### Task details:
In your reply, reproduce the lines from the first one below to the line containing "Line((-27, -110), (27, -110))", inclusive, exactly as they stand.

(Beginning of Data for the task)

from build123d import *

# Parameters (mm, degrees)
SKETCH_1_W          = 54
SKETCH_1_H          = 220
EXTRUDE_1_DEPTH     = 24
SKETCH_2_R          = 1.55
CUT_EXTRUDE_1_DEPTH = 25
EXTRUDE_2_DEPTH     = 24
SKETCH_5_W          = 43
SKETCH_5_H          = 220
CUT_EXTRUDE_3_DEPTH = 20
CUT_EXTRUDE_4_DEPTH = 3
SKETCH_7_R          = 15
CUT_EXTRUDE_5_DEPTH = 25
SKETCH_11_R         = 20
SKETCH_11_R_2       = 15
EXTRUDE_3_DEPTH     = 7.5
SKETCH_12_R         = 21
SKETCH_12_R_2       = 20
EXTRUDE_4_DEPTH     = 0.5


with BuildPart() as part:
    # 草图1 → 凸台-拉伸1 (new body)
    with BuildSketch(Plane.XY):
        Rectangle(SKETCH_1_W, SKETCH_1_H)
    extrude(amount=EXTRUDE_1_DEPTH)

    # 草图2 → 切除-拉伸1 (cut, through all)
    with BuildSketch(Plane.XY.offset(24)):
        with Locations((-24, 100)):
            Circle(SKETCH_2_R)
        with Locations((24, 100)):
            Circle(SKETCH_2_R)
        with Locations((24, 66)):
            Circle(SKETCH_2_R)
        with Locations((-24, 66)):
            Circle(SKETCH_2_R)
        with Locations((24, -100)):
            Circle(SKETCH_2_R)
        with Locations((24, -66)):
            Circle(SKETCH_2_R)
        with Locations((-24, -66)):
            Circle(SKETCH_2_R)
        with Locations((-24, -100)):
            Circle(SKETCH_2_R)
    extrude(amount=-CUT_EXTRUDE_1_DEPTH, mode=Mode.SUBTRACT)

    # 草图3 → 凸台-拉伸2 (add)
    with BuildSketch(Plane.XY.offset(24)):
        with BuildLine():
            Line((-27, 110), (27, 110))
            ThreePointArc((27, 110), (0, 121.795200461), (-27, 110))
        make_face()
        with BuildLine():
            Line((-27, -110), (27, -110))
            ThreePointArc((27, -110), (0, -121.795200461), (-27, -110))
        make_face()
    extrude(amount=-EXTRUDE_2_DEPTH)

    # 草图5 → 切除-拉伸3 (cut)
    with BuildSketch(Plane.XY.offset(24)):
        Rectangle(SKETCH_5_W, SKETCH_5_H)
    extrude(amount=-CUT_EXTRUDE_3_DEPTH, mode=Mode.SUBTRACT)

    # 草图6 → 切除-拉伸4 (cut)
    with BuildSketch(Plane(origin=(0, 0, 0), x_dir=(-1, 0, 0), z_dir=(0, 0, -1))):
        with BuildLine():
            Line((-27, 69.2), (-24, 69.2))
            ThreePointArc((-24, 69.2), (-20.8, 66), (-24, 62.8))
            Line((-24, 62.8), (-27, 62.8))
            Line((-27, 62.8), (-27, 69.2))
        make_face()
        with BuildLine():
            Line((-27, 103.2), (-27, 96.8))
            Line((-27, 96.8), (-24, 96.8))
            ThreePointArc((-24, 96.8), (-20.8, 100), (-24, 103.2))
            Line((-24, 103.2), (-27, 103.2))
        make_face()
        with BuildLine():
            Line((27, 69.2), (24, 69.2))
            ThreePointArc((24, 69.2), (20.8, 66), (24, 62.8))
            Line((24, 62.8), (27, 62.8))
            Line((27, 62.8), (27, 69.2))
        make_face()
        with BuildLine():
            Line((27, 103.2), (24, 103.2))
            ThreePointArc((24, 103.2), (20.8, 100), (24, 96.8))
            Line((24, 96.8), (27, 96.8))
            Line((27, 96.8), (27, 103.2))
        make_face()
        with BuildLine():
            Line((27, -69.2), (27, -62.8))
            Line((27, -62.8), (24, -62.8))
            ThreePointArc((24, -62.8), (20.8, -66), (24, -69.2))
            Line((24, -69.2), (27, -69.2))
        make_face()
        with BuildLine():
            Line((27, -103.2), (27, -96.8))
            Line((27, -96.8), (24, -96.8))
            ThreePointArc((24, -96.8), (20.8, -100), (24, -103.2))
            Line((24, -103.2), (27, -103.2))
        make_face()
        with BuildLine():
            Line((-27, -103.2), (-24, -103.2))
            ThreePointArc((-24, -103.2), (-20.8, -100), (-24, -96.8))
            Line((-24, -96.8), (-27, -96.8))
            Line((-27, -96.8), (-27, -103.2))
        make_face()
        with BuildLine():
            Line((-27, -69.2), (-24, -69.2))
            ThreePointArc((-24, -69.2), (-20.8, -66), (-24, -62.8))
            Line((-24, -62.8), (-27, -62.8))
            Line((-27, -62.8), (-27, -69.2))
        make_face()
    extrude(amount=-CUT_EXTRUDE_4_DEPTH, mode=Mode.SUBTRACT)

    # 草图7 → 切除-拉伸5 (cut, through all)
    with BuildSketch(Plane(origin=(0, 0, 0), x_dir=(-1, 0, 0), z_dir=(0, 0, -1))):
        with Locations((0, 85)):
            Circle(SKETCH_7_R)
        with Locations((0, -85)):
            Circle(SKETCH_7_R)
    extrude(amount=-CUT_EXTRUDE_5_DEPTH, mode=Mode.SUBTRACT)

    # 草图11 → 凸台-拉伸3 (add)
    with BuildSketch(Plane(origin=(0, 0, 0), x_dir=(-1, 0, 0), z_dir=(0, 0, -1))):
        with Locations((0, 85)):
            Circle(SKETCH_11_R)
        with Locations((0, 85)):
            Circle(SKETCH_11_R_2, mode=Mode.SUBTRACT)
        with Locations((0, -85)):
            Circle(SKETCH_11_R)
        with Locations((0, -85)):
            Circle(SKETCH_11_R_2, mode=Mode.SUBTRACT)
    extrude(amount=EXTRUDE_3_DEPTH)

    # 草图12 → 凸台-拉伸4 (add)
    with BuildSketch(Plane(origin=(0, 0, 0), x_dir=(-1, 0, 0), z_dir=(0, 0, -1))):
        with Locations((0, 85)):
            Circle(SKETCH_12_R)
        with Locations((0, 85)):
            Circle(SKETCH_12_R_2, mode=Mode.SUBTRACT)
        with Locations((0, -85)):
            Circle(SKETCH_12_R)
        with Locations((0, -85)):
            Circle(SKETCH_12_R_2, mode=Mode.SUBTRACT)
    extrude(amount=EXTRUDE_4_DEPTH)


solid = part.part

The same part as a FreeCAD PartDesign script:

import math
import FreeCAD as App
import Part
import Sketcher
from FreeCAD import Vector


def add_polygon(sketch, points):
    """Adds a closed chain of lines whose ends are joined by coincident constraints."""
    first, n = sketch.GeometryCount, len(points)
    for a, b in zip(points, points[1:] + points[:1]):
        sketch.addGeometry(Part.LineSegment(App.Vector(*a, 0), App.Vector(*b, 0)), False)
    for i in range(n):
        sketch.addConstraint(Sketcher.Constraint("Coincident", first + i, 2, first + (i + 1) % n, 1))

doc = App.newDocument("Part")
body = doc.addObject("PartDesign::Body", "Body")

# Sketch on XY plane
sketch1 = body.newObject("Sketcher::SketchObject", "Sketch")
sketch1.AttachmentSupport = (doc.getObject("XY_Plane"), [""])
sketch1.MapMode = "FlatFace"
add_polygon(sketch1, [(-27, 110), (-27, -110), (27, -110), (27, 110)])  # lines 0-3
sketch1.addConstraint([
    Sketcher.Constraint("Vertical", 0),
    Sketcher.Constraint("Horizontal", 1),
    Sketcher.Constraint("Vertical", 2),
    Sketcher.Constraint("Horizontal", 3),
    Sketcher.Constraint("Symmetric", 0, 2, 2, 2, -1, 1),
    Sketcher.Constraint("DistanceX", 1, 1, 1, 2, 54.0),
    Sketcher.Constraint("DistanceY", 0, 2, 0, 1, 220.0),
])
pad1 = body.newObject("PartDesign::Pad", "Pad")
pad1.Profile = sketch1
pad1.Length = 24

# Sketch on XY plane
sketch2 = body.newObject("Sketcher::SketchObject", "Sketch001")
sketch2.AttachmentSupport = (doc.getObject("XY_Plane"), [""])
sketch2.MapMode = "FlatFace"
sketch2.AttachmentOffset = App.Placement(Vector(0, 0, 24), App.Rotation())
sketch2.addGeometry([
    Part.Circle(Vector(-24, 100, 0), Vector(0, 0, 1), 1.6),  # 0
    Part.Circle(Vector(24, 100, 0), Vector(0, 0, 1), 1.6),  # 1
    Part.Circle(Vector(24, 66, 0), Vector(0, 0, 1), 1.6),  # 2
    Part.Circle(Vector(-24, 66, 0), Vector(0, 0, 1), 1.6),  # 3
    Part.Circle(Vector(24, -100, 0), Vector(0, 0, 1), 1.6),  # 4
    Part.Circle(Vector(24, -66, 0), Vector(0, 0, 1), 1.6),  # 5
    Part.Circle(Vector(-24, -66, 0), Vector(0, 0, 1), 1.6),  # 6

(End of Data for the task)

### Answer section:
from build123d import *

# Parameters (mm, degrees)
SKETCH_1_W          = 54
SKETCH_1_H          = 220
EXTRUDE_1_DEPTH     = 24
SKETCH_2_R          = 1.55
CUT_EXTRUDE_1_DEPTH = 25
EXTRUDE_2_DEPTH     = 24
SKETCH_5_W          = 43
SKETCH_5_H          = 220
CUT_EXTRUDE_3_DEPTH = 20
CUT_EXTRUDE_4_DEPTH = 3
SKETCH_7_R          = 15
CUT_EXTRUDE_5_DEPTH = 25
SKETCH_11_R         = 20
SKETCH_11_R_2       = 15
EXTRUDE_3_DEPTH     = 7.5
SKETCH_12_R         = 21
SKETCH_12_R_2       = 20
EXTRUDE_4_DEPTH     = 0.5


with BuildPart() as part:
    # 草图1 → 凸台-拉伸1 (new body)
    with BuildSketch(Plane.XY):
        Rectangle(SKETCH_1_W, SKETCH_1_H)
    extrude(amount=EXTRUDE_1_DEPTH)

    # 草图2 → 切除-拉伸1 (cut, through all)
    with BuildSketch(Plane.XY.offset(24)):
        with Locations((-24, 100)):
            Circle(SKETCH_2_R)
        with Locations((24, 100)):
            Circle(SKETCH_2_R)
        with Locations((24, 66)):
            Circle(SKETCH_2_R)
        with Locations((-24, 66)):
            Circle(SKETCH_2_R)
        with Locations((24, -100)):
            Circle(SKETCH_2_R)
        with Locations((24, -66)):
            Circle(SKETCH_2_R)
        with Locations((-24, -66)):
            Circle(SKETCH_2_R)
        with Locations((-24, -100)):
            Circle(SKETCH_2_R)
    extrude(amount=-CUT_EXTRUDE_1_DEPTH, mode=Mode.SUBTRACT)

    # 草图3 → 凸台-拉伸2 (add)
    with BuildSketch(Plane.XY.offset(24)):
        with BuildLine():
            Line((-27, 110), (27, 110))
            ThreePointArc((27, 110), (0, 121.795200461), (-27, 110))
        make_face()
        with BuildLine():
            Line((-27, -110), (27, -110))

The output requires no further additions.